Ingredients for 3 servings:
- 50 g couscous
- 3 large tomatoes, whole
- ¼ cucumber(s)
- ½ tsp salt
- ½ tsp pepper
Instructions
Working time approx. 10 minutes; Cooking/baking time approx. 10 minutes; Total time approx. 20 minutes
for couscous lovers and barbecue connoisseurs
Bring 100 ml of salted water to a boil and let the couscous swell in it. Tip: Alternatively, you can make a larger batch and take out the amount you need. We like to make a couscous salad with the leftover cucumber and tomatoes. Cut the tops off the tomatoes and scoop them out. Blend or chop the inside of the tomato and set it aside in a bowl.

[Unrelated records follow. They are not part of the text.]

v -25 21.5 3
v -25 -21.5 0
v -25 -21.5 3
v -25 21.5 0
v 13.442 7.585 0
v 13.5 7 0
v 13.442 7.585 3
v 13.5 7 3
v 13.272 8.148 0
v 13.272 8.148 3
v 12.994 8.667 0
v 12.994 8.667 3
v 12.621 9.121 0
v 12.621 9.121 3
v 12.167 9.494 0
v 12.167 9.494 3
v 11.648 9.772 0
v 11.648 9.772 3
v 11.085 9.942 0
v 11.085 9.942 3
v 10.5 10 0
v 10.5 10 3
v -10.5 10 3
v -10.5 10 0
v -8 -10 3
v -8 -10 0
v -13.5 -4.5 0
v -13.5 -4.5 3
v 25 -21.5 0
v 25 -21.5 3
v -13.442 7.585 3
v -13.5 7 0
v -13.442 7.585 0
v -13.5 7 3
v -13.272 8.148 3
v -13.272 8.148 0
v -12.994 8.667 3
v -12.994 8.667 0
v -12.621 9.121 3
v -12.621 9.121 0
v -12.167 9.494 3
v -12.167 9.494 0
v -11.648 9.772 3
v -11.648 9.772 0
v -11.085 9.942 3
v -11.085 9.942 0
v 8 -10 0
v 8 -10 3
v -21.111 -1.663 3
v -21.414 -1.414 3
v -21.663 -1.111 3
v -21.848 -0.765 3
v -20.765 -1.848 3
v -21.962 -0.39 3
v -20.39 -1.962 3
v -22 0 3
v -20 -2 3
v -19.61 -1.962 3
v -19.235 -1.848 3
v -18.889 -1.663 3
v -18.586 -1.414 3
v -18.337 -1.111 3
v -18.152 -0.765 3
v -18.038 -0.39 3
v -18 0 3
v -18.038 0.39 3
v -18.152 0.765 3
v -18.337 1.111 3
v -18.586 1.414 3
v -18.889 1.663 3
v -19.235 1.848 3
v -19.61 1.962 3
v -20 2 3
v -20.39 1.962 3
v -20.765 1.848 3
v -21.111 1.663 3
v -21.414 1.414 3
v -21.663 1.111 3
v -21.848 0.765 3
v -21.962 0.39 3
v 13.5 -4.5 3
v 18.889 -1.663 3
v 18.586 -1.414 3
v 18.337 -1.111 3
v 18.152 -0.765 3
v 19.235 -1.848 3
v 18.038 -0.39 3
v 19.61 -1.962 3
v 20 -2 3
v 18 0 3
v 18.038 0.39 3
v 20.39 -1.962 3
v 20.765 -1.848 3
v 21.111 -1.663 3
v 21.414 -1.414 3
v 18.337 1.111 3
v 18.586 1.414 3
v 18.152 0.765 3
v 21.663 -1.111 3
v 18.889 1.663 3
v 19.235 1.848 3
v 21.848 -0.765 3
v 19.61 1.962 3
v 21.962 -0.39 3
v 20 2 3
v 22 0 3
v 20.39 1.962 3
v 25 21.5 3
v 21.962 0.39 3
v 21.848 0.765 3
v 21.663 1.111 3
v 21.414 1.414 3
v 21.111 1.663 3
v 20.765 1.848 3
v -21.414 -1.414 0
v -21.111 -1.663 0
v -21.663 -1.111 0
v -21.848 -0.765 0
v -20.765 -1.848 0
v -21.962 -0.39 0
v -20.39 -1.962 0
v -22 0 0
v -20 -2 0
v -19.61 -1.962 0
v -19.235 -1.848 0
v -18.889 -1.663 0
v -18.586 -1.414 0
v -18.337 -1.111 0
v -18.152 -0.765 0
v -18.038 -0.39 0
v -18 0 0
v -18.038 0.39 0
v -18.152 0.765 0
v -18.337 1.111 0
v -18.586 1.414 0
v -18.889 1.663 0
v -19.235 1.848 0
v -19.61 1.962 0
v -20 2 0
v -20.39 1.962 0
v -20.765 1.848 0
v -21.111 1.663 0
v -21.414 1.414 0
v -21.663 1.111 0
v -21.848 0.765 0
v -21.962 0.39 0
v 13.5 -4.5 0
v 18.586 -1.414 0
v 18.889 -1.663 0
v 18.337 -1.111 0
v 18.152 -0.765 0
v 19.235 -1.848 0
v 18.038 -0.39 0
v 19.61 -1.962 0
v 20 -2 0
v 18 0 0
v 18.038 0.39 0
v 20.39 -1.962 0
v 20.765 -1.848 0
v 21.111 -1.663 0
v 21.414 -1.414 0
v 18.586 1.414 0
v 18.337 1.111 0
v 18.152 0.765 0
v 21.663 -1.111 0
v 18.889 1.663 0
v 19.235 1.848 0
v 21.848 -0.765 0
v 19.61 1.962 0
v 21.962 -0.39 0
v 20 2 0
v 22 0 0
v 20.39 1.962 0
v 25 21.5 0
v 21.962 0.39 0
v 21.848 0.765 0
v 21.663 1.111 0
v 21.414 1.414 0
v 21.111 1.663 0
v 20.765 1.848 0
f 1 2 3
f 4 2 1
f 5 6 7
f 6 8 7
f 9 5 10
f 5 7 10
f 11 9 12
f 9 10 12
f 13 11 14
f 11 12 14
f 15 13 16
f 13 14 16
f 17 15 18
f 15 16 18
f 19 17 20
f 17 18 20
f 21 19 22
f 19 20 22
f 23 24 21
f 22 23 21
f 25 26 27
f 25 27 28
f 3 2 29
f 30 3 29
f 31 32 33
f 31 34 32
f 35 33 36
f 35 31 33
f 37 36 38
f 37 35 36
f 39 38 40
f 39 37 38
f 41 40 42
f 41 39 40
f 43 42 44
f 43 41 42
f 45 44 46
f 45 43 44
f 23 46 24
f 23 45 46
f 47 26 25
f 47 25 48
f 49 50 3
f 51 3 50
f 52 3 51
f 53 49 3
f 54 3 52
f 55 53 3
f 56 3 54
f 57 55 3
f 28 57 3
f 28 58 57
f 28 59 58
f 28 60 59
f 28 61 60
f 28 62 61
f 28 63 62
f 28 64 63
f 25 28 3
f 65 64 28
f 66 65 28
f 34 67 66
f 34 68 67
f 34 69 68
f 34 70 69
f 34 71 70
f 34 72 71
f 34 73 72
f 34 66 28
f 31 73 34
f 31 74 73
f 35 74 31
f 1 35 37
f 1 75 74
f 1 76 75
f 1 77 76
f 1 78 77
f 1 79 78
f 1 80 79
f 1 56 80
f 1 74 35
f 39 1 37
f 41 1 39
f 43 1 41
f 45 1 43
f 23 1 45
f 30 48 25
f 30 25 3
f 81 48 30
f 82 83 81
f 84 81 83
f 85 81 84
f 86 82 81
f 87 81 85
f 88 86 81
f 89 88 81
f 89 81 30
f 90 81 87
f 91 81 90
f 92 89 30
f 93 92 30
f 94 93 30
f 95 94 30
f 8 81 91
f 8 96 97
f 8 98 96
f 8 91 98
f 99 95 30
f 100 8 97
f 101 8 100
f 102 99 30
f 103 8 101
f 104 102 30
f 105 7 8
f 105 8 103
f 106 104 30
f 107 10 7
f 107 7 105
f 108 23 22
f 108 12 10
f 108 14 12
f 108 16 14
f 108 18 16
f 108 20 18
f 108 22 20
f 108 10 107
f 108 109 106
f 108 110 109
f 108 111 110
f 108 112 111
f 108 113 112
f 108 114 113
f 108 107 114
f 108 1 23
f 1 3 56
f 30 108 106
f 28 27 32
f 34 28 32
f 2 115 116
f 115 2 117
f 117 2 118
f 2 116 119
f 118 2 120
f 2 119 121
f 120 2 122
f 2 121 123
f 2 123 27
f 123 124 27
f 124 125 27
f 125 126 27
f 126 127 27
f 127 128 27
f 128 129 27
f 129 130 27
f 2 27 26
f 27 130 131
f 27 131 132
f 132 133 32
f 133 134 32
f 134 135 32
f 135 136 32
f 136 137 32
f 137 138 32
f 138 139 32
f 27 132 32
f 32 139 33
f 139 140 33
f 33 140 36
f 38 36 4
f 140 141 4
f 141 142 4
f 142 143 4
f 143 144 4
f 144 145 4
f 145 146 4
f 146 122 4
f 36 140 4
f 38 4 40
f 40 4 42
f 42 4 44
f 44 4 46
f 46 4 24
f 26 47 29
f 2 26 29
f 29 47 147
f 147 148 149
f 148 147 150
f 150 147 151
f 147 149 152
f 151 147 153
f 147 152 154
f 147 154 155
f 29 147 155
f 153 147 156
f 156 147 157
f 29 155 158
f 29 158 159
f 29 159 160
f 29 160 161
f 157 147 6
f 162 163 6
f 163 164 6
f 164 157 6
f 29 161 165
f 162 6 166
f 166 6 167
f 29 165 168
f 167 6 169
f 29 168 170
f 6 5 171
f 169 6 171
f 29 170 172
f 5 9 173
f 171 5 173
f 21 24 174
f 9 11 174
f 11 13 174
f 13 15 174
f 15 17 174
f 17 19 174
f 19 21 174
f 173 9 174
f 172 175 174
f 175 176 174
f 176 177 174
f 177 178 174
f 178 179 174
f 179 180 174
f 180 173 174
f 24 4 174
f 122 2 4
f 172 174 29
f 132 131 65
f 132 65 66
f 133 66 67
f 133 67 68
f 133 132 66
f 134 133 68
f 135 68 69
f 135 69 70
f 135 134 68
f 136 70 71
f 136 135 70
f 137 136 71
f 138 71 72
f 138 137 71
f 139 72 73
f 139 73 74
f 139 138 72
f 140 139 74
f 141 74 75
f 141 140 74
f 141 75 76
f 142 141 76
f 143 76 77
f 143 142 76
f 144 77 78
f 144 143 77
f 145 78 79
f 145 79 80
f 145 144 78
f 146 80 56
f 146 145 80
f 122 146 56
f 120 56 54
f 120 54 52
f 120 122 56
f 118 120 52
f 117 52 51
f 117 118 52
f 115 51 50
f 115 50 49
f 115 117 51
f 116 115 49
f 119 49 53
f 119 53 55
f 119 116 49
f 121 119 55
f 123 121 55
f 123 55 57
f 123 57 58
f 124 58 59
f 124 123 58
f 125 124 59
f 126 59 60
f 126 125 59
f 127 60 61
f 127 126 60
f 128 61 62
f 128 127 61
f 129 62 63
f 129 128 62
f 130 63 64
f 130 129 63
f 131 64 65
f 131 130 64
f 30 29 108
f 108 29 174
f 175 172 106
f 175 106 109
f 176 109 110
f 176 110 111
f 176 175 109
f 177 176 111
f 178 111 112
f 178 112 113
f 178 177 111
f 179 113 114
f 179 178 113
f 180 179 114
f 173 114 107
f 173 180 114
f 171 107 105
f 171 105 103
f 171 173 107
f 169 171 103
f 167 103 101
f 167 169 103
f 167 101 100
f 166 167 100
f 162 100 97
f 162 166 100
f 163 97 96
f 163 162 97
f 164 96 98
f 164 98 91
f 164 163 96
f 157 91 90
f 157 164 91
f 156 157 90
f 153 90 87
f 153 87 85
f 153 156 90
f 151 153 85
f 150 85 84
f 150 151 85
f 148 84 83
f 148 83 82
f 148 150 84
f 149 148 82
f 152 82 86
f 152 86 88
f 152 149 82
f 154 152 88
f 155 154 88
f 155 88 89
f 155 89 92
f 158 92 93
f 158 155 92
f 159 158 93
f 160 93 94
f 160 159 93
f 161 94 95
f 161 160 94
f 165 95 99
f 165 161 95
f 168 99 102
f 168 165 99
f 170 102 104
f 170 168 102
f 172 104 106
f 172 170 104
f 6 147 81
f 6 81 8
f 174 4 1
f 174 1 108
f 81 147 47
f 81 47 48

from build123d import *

# Parameters (mm, degrees)
F0_W     = 50
F0_H     = 43
F0_R     = 2
F0_W_2   = 27
F0_H_2   = 20
F1_DEPTH = 3
F2_R     = 3
F3_SIZE  = 5.5


with BuildPart() as f1:
    # F0 (on Top) → F1 (new body)
    with BuildSketch(Plane.XY):
        Rectangle(F0_W, F0_H)
        with Locations((-20, 0)):
            Circle(F0_R, mode=Mode.SUBTRACT)
        Rectangle(F0_W_2, F0_H_2, mode=Mode.SUBTRACT)
        with Locations((20, 0)):
            Circle(F0_R, mode=Mode.SUBTRACT)
    extrude(amount=F1_DEPTH)

    # F2
    f2_edges = [f1.edges().sort_by_distance(p)[0] for p in [
        (-13.5, 10, 1.5),
        (13.5, 10, 1.5),
    ]]
    fillet(f2_edges, radius=F2_R)

    # F3
    f3_edges = [f1.edges().sort_by_distance(p)[0] for p in [
        (-13.5, -10, 1.5),
        (13.5, -10, 1.5),
    ]]
    chamfer(f3_edges, length=F3_SIZE)


solid = f1.part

Cut the cucumber into small cubes. Add the cucumber cubes to the tomato pieces. If the mixture is too runny, you can strain out the liquid*. Add the couscous to the tomato and cucumber mixture and then season with salt and pepper. Stuff the tomatoes with the mixture and cover with the lid. Wrap the tomatoes in aluminum foil. Place the tomatoes on the grill or in the oven on the grill setting. *The liquid, as well as any leftover filling, can be used to make a salad with the remaining couscous. Simply add more cucumber cubes and tomato cubes and mix everything well.